[Collected data]
____________

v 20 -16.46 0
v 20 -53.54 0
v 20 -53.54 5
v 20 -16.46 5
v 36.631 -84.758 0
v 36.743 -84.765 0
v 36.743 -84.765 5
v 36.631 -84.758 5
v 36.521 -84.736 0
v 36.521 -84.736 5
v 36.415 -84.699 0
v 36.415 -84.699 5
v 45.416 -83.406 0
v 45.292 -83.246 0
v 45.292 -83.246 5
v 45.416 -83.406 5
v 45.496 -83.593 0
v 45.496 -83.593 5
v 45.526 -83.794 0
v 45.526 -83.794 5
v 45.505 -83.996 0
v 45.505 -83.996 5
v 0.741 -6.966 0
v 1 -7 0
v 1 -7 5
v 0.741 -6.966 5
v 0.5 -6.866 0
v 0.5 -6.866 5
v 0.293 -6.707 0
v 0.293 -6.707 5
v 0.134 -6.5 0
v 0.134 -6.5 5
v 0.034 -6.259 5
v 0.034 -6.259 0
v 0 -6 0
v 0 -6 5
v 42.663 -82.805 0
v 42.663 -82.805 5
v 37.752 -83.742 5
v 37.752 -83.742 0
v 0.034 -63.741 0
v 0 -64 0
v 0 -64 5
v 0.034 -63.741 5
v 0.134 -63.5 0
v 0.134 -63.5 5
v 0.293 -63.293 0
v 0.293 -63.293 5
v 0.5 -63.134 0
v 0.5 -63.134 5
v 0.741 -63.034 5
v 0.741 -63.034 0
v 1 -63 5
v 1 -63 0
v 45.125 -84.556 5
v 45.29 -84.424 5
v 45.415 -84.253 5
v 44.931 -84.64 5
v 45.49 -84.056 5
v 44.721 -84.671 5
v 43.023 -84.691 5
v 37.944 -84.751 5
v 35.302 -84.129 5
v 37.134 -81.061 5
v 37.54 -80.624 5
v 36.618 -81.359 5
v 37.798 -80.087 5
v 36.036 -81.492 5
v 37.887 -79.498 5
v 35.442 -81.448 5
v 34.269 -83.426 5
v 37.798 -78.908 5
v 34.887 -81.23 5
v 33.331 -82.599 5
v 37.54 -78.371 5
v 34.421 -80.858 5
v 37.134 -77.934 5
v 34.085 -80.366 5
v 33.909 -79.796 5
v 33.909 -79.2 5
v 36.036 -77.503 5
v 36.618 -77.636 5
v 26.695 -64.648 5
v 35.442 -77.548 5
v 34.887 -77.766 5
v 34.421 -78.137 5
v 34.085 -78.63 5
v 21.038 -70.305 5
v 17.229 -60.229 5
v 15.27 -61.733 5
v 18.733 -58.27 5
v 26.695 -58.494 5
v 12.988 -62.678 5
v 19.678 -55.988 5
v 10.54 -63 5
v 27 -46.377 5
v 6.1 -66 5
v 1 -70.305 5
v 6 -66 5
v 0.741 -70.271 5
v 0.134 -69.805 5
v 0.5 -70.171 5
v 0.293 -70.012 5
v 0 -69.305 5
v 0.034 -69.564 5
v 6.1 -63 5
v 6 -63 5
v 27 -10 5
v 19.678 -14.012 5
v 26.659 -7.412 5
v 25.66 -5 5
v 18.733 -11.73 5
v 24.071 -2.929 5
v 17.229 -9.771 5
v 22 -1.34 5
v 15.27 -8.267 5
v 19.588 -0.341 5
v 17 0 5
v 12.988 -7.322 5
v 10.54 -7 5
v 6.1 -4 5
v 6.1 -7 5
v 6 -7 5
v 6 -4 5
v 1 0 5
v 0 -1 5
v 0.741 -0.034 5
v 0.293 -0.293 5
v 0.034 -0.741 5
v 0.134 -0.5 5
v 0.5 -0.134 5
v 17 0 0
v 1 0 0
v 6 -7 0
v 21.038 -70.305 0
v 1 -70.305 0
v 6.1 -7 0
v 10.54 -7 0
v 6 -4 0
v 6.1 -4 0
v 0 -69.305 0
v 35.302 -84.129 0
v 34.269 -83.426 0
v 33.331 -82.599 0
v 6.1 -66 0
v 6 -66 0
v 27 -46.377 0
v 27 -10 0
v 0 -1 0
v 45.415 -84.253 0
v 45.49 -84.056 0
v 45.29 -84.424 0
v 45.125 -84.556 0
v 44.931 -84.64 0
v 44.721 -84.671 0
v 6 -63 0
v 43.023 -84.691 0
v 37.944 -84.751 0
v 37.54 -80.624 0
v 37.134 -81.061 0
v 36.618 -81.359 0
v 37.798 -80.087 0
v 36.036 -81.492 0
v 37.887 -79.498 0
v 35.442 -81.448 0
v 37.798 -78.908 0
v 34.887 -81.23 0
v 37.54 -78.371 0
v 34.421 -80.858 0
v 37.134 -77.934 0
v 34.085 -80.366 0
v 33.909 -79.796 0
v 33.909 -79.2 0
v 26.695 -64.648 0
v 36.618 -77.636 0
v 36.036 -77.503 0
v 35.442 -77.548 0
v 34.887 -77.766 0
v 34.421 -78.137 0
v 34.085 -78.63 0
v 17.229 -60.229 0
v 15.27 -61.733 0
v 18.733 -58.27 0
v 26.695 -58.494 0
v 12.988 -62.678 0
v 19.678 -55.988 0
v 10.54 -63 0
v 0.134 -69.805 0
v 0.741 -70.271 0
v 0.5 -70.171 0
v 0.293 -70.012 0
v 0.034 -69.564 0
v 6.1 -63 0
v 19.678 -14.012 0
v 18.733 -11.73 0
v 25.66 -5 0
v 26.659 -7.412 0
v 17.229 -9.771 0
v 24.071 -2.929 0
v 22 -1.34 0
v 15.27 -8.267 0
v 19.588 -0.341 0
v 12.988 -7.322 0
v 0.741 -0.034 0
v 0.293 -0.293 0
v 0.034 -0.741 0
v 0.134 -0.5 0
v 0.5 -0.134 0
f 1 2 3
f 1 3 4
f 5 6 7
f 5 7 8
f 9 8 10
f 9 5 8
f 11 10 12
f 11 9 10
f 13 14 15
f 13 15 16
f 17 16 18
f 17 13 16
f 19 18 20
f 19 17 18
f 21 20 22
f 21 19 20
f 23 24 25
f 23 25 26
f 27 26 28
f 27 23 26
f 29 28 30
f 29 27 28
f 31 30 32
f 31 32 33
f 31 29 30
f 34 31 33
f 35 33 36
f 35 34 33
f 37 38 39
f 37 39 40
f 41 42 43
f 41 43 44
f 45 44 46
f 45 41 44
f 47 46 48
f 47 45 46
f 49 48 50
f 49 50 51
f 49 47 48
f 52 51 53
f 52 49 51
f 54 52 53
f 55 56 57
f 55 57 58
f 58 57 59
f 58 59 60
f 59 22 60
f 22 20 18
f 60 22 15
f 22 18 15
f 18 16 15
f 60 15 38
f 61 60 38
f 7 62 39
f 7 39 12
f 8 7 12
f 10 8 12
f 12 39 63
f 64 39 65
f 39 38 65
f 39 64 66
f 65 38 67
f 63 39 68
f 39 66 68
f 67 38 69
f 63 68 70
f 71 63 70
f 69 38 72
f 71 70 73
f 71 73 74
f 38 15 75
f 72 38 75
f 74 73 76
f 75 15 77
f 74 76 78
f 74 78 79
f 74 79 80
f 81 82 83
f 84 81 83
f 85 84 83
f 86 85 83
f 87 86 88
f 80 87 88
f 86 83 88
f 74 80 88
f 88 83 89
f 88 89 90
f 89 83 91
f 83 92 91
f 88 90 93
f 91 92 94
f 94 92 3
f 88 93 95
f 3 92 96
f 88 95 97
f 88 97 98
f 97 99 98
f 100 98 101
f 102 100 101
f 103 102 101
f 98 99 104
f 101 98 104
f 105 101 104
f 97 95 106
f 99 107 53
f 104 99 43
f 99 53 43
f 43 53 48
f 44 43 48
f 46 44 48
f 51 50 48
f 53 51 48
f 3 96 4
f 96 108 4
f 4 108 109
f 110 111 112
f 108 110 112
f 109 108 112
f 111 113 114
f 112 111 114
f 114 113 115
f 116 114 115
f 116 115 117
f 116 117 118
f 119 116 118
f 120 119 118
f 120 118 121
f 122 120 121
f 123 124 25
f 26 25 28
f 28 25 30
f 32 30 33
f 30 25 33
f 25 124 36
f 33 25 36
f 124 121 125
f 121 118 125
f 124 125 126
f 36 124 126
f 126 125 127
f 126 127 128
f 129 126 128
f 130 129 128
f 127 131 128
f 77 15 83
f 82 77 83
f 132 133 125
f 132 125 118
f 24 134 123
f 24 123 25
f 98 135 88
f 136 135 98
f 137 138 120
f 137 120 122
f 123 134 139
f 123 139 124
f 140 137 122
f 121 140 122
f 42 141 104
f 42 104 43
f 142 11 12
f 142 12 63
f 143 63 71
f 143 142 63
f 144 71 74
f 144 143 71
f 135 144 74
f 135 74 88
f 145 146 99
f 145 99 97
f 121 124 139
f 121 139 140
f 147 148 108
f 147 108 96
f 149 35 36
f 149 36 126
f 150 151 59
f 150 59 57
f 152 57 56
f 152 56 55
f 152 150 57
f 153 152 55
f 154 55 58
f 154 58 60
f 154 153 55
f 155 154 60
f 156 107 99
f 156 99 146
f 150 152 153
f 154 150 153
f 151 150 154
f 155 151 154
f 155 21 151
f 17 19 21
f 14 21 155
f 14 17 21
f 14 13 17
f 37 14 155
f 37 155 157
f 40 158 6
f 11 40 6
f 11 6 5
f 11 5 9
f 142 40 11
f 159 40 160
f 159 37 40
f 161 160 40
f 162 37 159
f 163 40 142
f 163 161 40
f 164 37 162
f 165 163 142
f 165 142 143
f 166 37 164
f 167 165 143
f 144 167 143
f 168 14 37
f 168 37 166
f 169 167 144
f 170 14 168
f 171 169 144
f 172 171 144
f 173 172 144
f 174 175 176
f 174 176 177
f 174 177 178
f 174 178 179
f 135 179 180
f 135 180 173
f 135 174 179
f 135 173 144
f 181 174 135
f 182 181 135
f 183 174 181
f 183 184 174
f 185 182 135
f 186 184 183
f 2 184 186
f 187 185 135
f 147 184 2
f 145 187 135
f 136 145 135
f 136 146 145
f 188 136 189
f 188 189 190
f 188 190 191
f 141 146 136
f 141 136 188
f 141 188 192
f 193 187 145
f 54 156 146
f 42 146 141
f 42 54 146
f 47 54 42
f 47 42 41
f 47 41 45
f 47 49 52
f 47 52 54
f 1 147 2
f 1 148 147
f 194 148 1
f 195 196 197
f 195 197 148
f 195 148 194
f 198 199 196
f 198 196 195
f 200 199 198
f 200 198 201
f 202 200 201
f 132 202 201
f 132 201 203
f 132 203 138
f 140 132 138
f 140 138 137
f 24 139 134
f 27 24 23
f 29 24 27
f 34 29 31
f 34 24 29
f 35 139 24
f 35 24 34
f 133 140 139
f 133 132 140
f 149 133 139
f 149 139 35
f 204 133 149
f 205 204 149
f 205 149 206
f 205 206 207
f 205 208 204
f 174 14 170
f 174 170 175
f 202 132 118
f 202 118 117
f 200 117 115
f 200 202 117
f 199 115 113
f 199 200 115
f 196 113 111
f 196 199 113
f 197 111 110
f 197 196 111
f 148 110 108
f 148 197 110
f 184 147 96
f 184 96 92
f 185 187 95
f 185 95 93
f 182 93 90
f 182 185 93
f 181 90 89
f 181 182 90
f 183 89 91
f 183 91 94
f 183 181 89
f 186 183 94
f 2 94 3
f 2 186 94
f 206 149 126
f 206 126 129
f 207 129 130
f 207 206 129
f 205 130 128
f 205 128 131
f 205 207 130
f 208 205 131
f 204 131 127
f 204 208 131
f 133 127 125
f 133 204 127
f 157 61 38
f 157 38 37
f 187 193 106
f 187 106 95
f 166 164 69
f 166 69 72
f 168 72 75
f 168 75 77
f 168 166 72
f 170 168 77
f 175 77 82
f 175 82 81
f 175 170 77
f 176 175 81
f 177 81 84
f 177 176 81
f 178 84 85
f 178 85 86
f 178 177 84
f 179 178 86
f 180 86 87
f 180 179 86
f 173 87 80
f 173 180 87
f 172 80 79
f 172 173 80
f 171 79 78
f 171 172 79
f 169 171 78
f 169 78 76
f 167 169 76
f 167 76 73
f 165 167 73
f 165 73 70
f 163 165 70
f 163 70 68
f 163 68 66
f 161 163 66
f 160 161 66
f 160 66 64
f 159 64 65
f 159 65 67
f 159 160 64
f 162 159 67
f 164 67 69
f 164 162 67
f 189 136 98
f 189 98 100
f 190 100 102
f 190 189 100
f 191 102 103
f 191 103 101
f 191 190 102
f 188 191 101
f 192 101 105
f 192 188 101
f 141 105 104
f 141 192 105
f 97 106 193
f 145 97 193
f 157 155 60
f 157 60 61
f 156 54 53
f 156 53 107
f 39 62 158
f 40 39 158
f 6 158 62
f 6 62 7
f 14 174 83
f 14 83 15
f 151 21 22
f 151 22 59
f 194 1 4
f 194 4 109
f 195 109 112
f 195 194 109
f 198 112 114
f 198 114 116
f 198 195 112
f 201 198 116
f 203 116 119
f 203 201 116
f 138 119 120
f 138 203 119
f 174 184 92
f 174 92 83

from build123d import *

# Parameters (mm, degrees)
SKETCH1_R           = 2
BOSS_EXTRUDE1_DEPTH = 5
SKETCH2_W           = 0.1
SKETCH2_H           = 5
CUT_EXTRUDE1_DEPTH  = 3
SKETCH3_W           = 0.1
SKETCH3_H           = 5
CUT_EXTRUDE2_DEPTH  = 3
SKETCH5_W           = 5
SKETCH5_H           = 5
CUT_EXTRUDE3_DEPTH  = 3


with BuildPart() as part:
    # Sketch1 → Boss-Extrude1 (new body)
    with BuildSketch(Plane.XY):
        with BuildLine():
            Line((1, 0), (17, 0))
            ThreePointArc((17, 0), (24.071067812, -2.928932188), (27, -10))
            Line((27, -10), (27, -10.164726931))
            Line((27, -10.164726931), (27, -46.377180563))
            Line((27, -46.377180563), (26.694646109, -58.493944172))
            Line((26.694646109, -58.493944172), (26.694646109, -64.399649032))
            Line((26.694646109, -64.399649032), (26.694646109, -64.648499642))
            Line((26.694646109, -64.648499642), (45.291824906, -83.245678439))
            ThreePointArc((45.291824906, -83.245678439), (45.495822693, -83.59321769), (45.504515015, -83.996111065))
            Line((45.504515015, -83.996111065), (45.490365745, -84.055724665))
            ThreePointArc((45.490365745, -84.055724665), (45.211760066, -84.495661458), (44.721403846, -84.670922077))
            Line((44.721403846, -84.670922077), (36.743309345, -84.764807165))
            ThreePointArc((36.743309345, -84.764807165), (36.575585477, -84.749042296), (36.414881636, -84.698504168))
            ThreePointArc((36.414881636, -84.698504168), (34.774424803, -83.79382462), (33.33148975, -82.599051781))
            Line((33.33148975, -82.599051781), (21.037791859, -70.305353891))
            Line((21.037791859, -70.305353891), (16.801941123, -70.305353891))
            Line((16.801941123, -70.305353891), (1, -70.305353891))
            ThreePointArc((1, -70.305353891), (0.292893219, -70.012460672), (0, -69.305353891))
            Line((0, -69.305353891), (0, -64))
            ThreePointArc((0, -64), (0.292893219, -63.292893219), (1, -63))
            Line((1, -63), (10.539737479, -63))
            ThreePointArc((10.539737479, -63), (17.229153259, -60.229153259), (20, -53.539737479))
            Line((20, -53.539737479), (20, -16.460262521))
            ThreePointArc((20, -16.460262521), (17.229153259, -9.770846741), (10.539737479, -7))
            Line((10.539737479, -7), (1, -7))
            ThreePointArc((1, -7), (0.292893219, -6.707106781), (0, -6))
            Line((0, -6), (0, -1))
            ThreePointArc((0, -1), (0.292893219, -0.292893219), (1, 0))
        make_face()
        with Locations((35.887034264, -79.497742046)):
            Circle(SKETCH1_R, mode=Mode.SUBTRACT)
    extrude(amount=BOSS_EXTRUDE1_DEPTH)

    # Sketch2 → Cut-Extrude1 (cut)
    with BuildSketch(Plane(origin=(0, -63, 0), x_dir=(1, 0, 0), z_dir=(0, 1, 0))):
        with Locations((6.05, -2.5)):
            Rectangle(SKETCH2_W, SKETCH2_H)
    extrude(amount=-CUT_EXTRUDE1_DEPTH, mode=Mode.SUBTRACT)

    # Sketch3 → Cut-Extrude2 (cut)
    with BuildSketch(Plane.XZ.offset(7)):
        with Locations((6.05, 2.5)):
            Rectangle(SKETCH3_W, SKETCH3_H)
    extrude(amount=-CUT_EXTRUDE2_DEPTH, mode=Mode.SUBTRACT)

    # Sketch5 → Cut-Extrude3 (cut)
    with BuildSketch(Plane(origin=(17.315374744, -90.697945443, 0), x_dir=(0, 0, -1), z_dir=(0.18752569, -0.982259699, 0))):
        with Locations((-2.5, 23.878338891)):
            Rectangle(SKETCH5_W, SKETCH5_H)
    extrude(amount=-CUT_EXTRUDE3_DEPTH, mode=Mode.SUBTRACT)


solid = part.part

____________

■ **What the task asks**
In your answer, include only the lines above starting at the line that holds "f 207 129 130" and ending at the line that holds "f 168 166 72", copied exactly.

■ **Written reply**
f 207 129 130
f 207 206 129
f 205 130 128
f 205 128 131
f 205 207 130
f 208 205 131
f 204 131 127
f 204 208 131
f 133 127 125
f 133 204 127
f 157 61 38
f 157 38 37
f 187 193 106
f 187 106 95
f 166 164 69
f 166 69 72
f 168 72 75
f 168 75 77
f 168 166 72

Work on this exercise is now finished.